### [TASK TO COMPLETE]
In the records below, begin at the line that has "e56 v19 v29 LINE" and stop after the line that has "v42 (-1.5,12.0733,-2.75)"; quote those lines verbatim and nothing more.

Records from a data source
■ ■ ■

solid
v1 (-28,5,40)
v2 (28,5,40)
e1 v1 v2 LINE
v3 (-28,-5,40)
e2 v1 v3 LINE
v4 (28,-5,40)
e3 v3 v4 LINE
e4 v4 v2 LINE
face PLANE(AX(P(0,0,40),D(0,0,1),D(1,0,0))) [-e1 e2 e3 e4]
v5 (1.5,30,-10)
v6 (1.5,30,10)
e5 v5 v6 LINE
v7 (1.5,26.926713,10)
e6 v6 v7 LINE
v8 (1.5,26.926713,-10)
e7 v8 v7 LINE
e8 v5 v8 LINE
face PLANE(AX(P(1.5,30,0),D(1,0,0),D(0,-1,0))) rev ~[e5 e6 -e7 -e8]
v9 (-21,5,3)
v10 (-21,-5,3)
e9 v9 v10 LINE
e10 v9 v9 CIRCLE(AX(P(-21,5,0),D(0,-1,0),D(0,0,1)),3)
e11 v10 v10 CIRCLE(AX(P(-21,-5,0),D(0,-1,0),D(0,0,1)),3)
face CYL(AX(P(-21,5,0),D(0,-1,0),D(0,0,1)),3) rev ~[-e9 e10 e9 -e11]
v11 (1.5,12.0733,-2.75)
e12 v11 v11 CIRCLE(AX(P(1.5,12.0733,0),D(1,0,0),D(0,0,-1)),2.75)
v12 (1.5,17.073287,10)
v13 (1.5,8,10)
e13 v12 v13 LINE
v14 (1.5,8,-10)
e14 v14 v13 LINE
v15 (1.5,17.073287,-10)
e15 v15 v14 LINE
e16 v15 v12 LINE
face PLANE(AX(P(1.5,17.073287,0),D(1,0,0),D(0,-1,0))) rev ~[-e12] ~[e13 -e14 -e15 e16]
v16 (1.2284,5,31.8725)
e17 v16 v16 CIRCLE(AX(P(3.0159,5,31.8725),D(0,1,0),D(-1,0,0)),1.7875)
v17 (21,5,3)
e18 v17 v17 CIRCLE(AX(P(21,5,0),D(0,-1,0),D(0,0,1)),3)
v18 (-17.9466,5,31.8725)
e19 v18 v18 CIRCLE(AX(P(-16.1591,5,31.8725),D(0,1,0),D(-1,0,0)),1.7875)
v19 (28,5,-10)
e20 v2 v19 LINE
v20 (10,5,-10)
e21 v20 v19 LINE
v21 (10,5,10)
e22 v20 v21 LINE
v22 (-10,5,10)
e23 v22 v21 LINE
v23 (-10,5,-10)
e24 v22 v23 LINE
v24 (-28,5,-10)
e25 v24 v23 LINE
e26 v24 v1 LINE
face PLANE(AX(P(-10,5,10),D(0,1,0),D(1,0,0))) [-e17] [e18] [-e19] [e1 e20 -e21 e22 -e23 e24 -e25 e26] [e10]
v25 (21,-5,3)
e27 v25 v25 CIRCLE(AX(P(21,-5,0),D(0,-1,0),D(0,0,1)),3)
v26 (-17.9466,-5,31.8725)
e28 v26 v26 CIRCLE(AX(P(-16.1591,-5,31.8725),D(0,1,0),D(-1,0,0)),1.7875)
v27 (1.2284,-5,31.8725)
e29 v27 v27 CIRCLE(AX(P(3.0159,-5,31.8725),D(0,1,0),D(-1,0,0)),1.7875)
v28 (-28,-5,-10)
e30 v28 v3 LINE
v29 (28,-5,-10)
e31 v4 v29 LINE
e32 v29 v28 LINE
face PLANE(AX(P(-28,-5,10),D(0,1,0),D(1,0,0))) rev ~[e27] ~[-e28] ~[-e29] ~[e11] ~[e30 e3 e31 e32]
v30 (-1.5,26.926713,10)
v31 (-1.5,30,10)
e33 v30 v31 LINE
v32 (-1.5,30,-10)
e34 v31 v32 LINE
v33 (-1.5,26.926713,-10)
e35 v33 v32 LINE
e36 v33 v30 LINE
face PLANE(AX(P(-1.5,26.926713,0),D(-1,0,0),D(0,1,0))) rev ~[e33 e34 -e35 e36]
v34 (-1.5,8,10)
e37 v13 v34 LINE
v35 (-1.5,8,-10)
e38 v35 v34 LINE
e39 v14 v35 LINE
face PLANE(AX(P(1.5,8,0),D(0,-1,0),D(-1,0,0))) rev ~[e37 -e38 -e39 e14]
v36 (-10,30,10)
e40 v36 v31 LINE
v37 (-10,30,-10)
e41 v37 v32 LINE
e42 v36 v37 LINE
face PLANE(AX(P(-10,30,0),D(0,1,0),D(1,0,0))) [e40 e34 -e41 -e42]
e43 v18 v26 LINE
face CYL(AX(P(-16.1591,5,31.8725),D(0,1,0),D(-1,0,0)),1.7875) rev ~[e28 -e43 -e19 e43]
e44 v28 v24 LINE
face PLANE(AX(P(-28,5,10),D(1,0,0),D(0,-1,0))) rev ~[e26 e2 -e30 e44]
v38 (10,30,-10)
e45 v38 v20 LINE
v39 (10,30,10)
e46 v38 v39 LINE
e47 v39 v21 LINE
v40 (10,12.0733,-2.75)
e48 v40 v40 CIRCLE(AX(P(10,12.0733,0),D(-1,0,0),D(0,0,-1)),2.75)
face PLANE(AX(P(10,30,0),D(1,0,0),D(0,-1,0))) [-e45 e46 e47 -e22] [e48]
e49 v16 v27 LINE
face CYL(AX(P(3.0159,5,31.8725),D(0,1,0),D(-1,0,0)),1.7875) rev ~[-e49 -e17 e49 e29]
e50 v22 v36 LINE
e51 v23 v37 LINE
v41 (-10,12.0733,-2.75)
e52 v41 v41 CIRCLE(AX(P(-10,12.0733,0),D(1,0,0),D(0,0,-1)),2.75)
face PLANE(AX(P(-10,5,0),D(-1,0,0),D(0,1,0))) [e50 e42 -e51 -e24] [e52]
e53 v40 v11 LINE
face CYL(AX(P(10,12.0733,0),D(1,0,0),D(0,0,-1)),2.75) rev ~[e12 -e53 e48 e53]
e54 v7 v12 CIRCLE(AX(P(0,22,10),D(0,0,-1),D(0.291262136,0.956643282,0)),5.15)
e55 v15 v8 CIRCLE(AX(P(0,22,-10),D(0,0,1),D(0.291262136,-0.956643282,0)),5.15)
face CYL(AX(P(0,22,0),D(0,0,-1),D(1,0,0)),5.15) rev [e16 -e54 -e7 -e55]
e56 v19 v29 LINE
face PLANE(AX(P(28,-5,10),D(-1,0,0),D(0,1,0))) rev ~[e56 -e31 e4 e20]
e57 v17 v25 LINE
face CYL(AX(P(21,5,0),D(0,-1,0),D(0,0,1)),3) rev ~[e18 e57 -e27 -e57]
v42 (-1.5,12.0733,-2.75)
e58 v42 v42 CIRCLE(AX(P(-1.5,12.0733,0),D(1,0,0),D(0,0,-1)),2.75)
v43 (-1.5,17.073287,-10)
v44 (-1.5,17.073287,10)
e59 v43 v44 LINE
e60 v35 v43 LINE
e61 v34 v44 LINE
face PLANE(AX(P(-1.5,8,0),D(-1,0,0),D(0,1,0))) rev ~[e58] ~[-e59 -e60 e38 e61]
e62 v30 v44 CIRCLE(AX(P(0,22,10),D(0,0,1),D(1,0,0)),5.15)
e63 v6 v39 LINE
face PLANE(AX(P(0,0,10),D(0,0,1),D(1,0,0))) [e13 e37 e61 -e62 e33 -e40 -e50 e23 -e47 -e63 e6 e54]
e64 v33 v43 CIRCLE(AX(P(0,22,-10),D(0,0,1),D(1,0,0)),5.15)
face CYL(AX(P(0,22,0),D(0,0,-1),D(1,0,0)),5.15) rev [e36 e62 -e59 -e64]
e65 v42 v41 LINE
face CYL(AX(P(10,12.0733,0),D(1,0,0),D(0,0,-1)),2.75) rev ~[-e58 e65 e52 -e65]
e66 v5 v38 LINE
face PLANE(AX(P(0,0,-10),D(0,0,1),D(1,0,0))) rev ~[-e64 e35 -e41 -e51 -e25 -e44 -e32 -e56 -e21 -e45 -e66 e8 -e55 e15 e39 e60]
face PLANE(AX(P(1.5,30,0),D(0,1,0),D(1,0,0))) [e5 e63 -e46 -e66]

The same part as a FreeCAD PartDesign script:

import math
import FreeCAD as App
import Part
import Sketcher
from FreeCAD import Vector
Q = App.Units.Quantity

doc = App.newDocument("Part")
body = doc.addObject("PartDesign::Body", "Body")

# Sketch on XY plane
sketch1 = body.newObject("Sketcher::SketchObject", "Sketch")
sketch1.AttachmentSupport = (doc.getObject("XY_Plane"), [""])
sketch1.MapMode = "FlatFace"
sketch1.addGeometry([
    Part.LineSegment(Vector(-10, 5, 0), Vector(-28, 5, 0)),  # 0
    Part.LineSegment(Vector(-28, 5, 0), Vector(-28, -5, 0)),  # 1
    Part.LineSegment(Vector(-28, -5, 0), Vector(28, -5, 0)),  # 2
    Part.LineSegment(Vector(28, -5, 0), Vector(28, 5, 0)),  # 3
    Part.LineSegment(Vector(28, 5, 0), Vector(10, 5, 0)),  # 4
    Part.LineSegment(Vector(10, 5, 0), Vector(10, 30, 0)),  # 5
    Part.LineSegment(Vector(10, 30, 0), Vector(1.5, 30, 0)),  # 6
    Part.LineSegment(Vector(1.5, 30, 0), Vector(1.5, 26.9, 0)),  # 7
    Part.ArcOfCircle(Part.Circle(Vector(0, 22, 0), Vector(0, 0, 1), 5.2), math.radians(-73), math.radians(73)),  # 8
    Part.LineSegment(Vector(1.5, 17.1, 0), Vector(1.5, 8, 0)),  # 9
    Part.LineSegment(Vector(1.5, 8, 0), Vector(-1.5, 8, 0)),  # 10
    Part.LineSegment(Vector(-1.5, 8, 0), Vector(-1.5, 17.1, 0)),  # 11
    Part.ArcOfCircle(Part.Circle(Vector(0, 22, 0), Vector(0, 0, 1), 5.2), math.radians(107), math.radians(253)),  # 12
    Part.LineSegment(Vector(-1.5, 26.9, 0), Vector(-1.5, 30, 0)),  # 13
    Part.LineSegment(Vector(-1.5, 30, 0), Vector(-10, 30, 0)),  # 14
    Part.LineSegment(Vector(-10, 30, 0), Vector(-10, 5, 0)),  # 15
], False)
sketch1.addConstraint([
    Sketcher.Constraint("Coincident", 0, 2, 1, 1),
    Sketcher.Constraint("Coincident", 1, 2, 2, 1),
    Sketcher.Constraint("Coincident", 2, 2, 3, 1),
    Sketcher.Constraint("Coincident", 3, 2, 4, 1),
    Sketcher.Constraint("Coincident", 4, 2, 5, 1),
    Sketcher.Constraint("Coincident", 5, 2, 6, 1),
    Sketcher.Constraint("Coincident", 6, 2, 7, 1),
    Sketcher.Constraint("Coincident", 7, 2, 8, 2),
    Sketcher.Constraint("Coincident", 8, 1, 9, 1),
    Sketcher.Constraint("Coincident", 9, 2, 10, 1),
    Sketcher.Constraint("Coincident", 10, 2, 11, 1),
    Sketcher.Constraint("Coincident", 11, 2, 12, 2),
    Sketcher.Constraint("Coincident", 12, 1, 13, 1),
    Sketcher.Constraint("Coincident", 13, 2, 14, 1),
    Sketcher.Constraint("Coincident", 14, 2, 15, 1),
    Sketcher.Constraint("Coincident", 15, 2, 0, 1),
    Sketcher.Constraint("Horizontal", 0),
    Sketcher.Constraint("Vertical", 1),
    Sketcher.Constraint("Horizontal", 2),
    Sketcher.Constraint("Vertical", 3),
    Sketcher.Constraint("Horizontal", 4),
    Sketcher.Constraint("Vertical", 5),
    Sketcher.Constraint("Horizontal", 6),
    Sketcher.Constraint("Vertical", 7),
    Sketcher.Constraint("Vertical", 9),
    Sketcher.Constraint("Horizontal", 10),
    Sketcher.Constraint("Vertical", 11),
    Sketcher.Constraint("Vertical", 13),
    Sketcher.Constraint("Horizontal", 14),
    Sketcher.Constraint("Vertical", 15),
    Sketcher.Constraint("Coincident", 12, 3, 8, 3),
    Sketcher.Constraint("Equal", 8, 12),
    Sketcher.Constraint("Symmetric", 0, 2, 2, 2, -1, 1),
    Sketcher.Constraint("Symmetric", 8, 1, 11, 2, -2),
    Sketcher.Constraint("Symmetric", 6, 2, 13, 2, -2),
    Sketcher.Constraint("Symmetric", 4, 2, 15, 2, -2),
    Sketcher.Constraint("Vertical", 7, 2, 8, 1),
    Sketcher.Constraint("DistanceX", 0, 2, 0, 1, Q("18 mm")),
    Sketcher.Constraint("DistanceX", 10, 2, 10, 1, Q("3 mm")),
    Sketcher.Constraint("DistanceY", 1, 2, 1, 1, Q("10 mm")),
    Sketcher.Constraint("Radius", 8, Q("5.15 mm")),
    Sketcher.Constraint("DistanceX", -1, 1, 4, 2, Q("10 mm")),
    Sketcher.Constraint("DistanceY", -1, 1, 9, 2, Q("8 mm")),
    Sketcher.Constraint("DistanceY", 0, 2, 8, 3, Q("17 mm")),
    Sketcher.Constraint("DistanceY", 8, 3, 5, 2, Q("8 mm")),
])
pad1 = body.newObject("PartDesign::Pad", "Pad")
pad1.Profile = sketch1
pad1.Length = 20
pad1.Midplane = True

# Sketch on XZ plane
sketch2 = body.newObject("Sketcher::SketchObject", "Sketch001")
sketch2.AttachmentSupport = (doc.getObject("XZ_Plane"), [""])
sketch2.MapMode = "FlatFace"
sketch2.AttachmentOffset = App.Placement(Vector(0, 0, -5), App.Rotation())
sketch2.addGeometry([
    Part.Circle(Vector(-21, 0, 0), Vector(0, 0, 1), 3),
    Part.Circle(Vector(21, 0, 0), Vector(0, 0, 1), 3),
], False)
sketch2.addConstraint([
    Sketcher.Constraint("Equal", 0, 1),
    Sketcher.Constraint("Symmetric", 0, 3, 1, 3, -1, 1),
    Sketcher.Constraint("PointOnObject", 0, 3, -1),
    Sketcher.Constraint("Diameter", 0, Q("6 mm")),
    Sketcher.Constraint("DistanceX", 0, 3, -1, 1, Q("21 mm")),
])
doc.recompute()
hole = body.newObject("PartDesign::Hole", "Hole")
hole.Profile = sketch2
hole.ThreadType = "None"
hole.Diameter = 6
hole.DepthType = "ThroughAll"
hole.Reversed = True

■ ■ ■

### [RESULT OF THE TASK]
e56 v19 v29 LINE
face PLANE(AX(P(28,-5,10),D(-1,0,0),D(0,1,0))) rev ~[e56 -e31 e4 e20]
e57 v17 v25 LINE
face CYL(AX(P(21,5,0),D(0,-1,0),D(0,0,1)),3) rev ~[e18 e57 -e27 -e57]
v42 (-1.5,12.0733,-2.75)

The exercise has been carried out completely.